Start of Available data
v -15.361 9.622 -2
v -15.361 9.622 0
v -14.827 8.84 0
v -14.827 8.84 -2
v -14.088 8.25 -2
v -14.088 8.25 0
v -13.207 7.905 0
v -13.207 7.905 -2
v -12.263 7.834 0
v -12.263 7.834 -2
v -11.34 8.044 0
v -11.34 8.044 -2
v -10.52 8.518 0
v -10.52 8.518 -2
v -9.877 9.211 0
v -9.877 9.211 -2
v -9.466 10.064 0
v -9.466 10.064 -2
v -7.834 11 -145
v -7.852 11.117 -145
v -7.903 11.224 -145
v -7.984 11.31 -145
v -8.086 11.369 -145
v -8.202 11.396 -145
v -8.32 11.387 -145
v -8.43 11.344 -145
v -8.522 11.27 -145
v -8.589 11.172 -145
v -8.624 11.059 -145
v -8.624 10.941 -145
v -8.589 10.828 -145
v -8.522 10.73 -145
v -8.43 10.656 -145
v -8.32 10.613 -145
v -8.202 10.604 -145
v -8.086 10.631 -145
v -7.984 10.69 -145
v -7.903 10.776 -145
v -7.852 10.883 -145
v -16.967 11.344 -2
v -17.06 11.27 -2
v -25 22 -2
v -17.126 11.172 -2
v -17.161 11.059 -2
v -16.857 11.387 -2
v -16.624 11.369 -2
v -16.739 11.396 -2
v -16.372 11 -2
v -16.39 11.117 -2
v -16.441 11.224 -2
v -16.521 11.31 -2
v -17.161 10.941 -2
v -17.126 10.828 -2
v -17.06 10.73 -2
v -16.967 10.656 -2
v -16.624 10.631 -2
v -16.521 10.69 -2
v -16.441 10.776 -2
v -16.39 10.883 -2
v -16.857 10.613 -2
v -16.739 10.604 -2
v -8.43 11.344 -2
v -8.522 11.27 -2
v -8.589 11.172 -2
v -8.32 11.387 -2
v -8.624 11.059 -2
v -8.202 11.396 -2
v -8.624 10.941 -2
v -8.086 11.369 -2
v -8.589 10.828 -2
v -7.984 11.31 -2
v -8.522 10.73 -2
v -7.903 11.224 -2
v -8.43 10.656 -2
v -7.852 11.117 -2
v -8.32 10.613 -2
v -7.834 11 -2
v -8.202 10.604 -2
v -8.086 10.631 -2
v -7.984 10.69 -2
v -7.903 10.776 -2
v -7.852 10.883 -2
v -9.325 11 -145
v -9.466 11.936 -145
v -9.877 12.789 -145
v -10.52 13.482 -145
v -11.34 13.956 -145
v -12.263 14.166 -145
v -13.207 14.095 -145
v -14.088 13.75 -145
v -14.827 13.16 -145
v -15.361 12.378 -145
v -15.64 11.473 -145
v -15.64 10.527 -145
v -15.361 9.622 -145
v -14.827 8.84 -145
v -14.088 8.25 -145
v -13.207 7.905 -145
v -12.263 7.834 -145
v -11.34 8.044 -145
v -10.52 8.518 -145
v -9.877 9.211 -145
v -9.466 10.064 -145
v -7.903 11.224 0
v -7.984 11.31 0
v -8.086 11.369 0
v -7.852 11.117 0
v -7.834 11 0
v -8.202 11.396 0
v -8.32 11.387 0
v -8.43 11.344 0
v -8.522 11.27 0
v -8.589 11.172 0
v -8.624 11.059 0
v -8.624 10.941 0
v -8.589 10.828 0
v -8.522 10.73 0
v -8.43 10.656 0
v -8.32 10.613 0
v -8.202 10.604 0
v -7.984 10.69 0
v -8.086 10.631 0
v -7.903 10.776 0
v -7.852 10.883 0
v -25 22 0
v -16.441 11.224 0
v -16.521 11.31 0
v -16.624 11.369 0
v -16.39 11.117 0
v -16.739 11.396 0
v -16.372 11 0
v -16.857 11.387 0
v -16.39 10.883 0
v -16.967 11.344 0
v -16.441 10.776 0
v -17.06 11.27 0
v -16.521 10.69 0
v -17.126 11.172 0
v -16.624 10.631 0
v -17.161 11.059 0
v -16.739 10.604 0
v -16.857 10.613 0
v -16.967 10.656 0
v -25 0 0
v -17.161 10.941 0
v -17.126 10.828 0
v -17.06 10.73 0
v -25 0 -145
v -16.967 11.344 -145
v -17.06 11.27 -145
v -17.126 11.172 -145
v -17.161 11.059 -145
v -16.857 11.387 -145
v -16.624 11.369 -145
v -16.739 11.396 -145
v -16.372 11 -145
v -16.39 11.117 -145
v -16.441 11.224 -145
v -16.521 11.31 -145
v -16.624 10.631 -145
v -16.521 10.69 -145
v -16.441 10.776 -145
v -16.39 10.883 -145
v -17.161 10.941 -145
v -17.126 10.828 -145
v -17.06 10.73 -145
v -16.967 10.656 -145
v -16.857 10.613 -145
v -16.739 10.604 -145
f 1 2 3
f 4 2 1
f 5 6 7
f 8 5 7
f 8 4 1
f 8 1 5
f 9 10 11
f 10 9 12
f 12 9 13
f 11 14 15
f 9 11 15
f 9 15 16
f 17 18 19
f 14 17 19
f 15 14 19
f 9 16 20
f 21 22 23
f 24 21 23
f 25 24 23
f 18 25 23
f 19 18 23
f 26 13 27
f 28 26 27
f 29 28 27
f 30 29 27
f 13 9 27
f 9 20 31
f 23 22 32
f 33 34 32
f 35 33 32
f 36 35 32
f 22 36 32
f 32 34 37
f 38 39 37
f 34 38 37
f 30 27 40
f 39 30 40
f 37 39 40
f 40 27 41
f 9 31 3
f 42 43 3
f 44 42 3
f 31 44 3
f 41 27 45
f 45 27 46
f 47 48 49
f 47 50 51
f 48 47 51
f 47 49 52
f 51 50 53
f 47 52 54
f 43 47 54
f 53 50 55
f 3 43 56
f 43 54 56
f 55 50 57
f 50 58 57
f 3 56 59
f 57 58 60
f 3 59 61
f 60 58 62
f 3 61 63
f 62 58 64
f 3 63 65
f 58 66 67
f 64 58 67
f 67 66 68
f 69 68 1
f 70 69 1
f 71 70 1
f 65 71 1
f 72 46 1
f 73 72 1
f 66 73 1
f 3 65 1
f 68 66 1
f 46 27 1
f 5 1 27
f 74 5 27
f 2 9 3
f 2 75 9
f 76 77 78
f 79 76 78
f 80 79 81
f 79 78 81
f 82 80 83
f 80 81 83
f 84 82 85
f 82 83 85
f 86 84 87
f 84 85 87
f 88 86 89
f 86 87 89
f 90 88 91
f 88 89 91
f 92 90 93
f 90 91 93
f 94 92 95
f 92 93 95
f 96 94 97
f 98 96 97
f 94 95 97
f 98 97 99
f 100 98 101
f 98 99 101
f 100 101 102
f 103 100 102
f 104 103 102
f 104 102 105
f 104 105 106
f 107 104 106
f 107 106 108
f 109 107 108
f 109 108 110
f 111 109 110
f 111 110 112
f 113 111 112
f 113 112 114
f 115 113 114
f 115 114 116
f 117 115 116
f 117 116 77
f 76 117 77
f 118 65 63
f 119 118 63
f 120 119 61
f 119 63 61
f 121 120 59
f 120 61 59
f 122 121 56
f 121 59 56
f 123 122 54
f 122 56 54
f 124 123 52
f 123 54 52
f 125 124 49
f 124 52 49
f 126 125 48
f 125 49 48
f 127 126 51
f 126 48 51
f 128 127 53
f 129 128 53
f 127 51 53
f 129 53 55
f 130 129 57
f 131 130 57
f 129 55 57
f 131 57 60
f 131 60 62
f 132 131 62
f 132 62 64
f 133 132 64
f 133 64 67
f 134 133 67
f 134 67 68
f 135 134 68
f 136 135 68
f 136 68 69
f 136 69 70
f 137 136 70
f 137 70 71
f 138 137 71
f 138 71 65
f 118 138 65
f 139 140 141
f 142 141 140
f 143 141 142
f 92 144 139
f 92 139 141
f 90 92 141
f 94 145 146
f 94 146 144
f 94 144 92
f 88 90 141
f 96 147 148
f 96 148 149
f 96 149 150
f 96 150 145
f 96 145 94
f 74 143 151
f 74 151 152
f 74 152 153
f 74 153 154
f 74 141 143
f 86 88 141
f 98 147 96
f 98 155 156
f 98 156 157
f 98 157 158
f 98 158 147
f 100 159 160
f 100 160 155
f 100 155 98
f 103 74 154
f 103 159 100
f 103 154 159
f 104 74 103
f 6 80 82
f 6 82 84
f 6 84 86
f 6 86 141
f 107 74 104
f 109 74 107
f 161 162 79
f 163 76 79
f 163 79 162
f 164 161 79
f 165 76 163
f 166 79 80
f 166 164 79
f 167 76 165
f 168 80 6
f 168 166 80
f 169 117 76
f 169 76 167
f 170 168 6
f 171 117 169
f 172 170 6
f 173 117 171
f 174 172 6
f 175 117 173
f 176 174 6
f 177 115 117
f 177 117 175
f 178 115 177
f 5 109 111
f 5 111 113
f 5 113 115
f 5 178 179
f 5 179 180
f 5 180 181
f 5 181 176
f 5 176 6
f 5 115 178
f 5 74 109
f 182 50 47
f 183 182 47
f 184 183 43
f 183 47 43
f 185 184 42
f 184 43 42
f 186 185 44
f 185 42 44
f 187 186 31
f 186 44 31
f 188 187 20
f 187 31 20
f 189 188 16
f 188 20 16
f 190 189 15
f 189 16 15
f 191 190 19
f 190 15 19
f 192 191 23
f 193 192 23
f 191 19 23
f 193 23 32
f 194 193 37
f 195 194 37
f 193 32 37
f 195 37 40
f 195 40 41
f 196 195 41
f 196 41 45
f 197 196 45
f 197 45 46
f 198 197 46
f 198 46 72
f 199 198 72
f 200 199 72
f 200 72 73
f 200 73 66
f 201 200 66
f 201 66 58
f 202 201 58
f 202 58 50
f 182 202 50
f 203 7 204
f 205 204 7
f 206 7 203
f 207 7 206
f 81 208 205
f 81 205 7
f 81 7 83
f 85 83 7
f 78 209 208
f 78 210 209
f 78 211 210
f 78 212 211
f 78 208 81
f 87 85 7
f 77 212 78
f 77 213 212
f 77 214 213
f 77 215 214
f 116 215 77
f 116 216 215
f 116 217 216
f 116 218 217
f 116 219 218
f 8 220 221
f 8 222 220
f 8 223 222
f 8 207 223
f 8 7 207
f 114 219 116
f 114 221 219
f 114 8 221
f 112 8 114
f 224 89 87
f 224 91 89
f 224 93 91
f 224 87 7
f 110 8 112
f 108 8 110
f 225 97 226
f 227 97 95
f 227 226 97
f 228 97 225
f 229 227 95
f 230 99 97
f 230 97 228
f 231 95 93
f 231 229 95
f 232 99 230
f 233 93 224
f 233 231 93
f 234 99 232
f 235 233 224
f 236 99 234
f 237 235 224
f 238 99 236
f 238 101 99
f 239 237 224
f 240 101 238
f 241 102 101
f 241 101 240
End of Available data
> Exercise
Copy, exactly and only, the lines above that begin with the one containing "f 115 114 116" and finish with the one containing "f 139 140 141".

> Output of the task
f 115 114 116
f 117 115 116
f 117 116 77
f 76 117 77
f 118 65 63
f 119 118 63
f 120 119 61
f 119 63 61
f 121 120 59
f 120 61 59
f 122 121 56
f 121 59 56
f 123 122 54
f 122 56 54
f 124 123 52
f 123 54 52
f 125 124 49
f 124 52 49
f 126 125 48
f 125 49 48
f 127 126 51
f 126 48 51
f 128 127 53
f 129 128 53
f 127 51 53
f 129 53 55
f 130 129 57
f 131 130 57
f 129 55 57
f 131 57 60
f 131 60 62
f 132 131 62
f 132 62 64
f 133 132 64
f 133 64 67
f 134 133 67
f 134 67 68
f 135 134 68
f 136 135 68
f 136 68 69
f 136 69 70
f 137 136 70
f 137 70 71
f 138 137 71
f 138 71 65
f 118 138 65
f 139 140 141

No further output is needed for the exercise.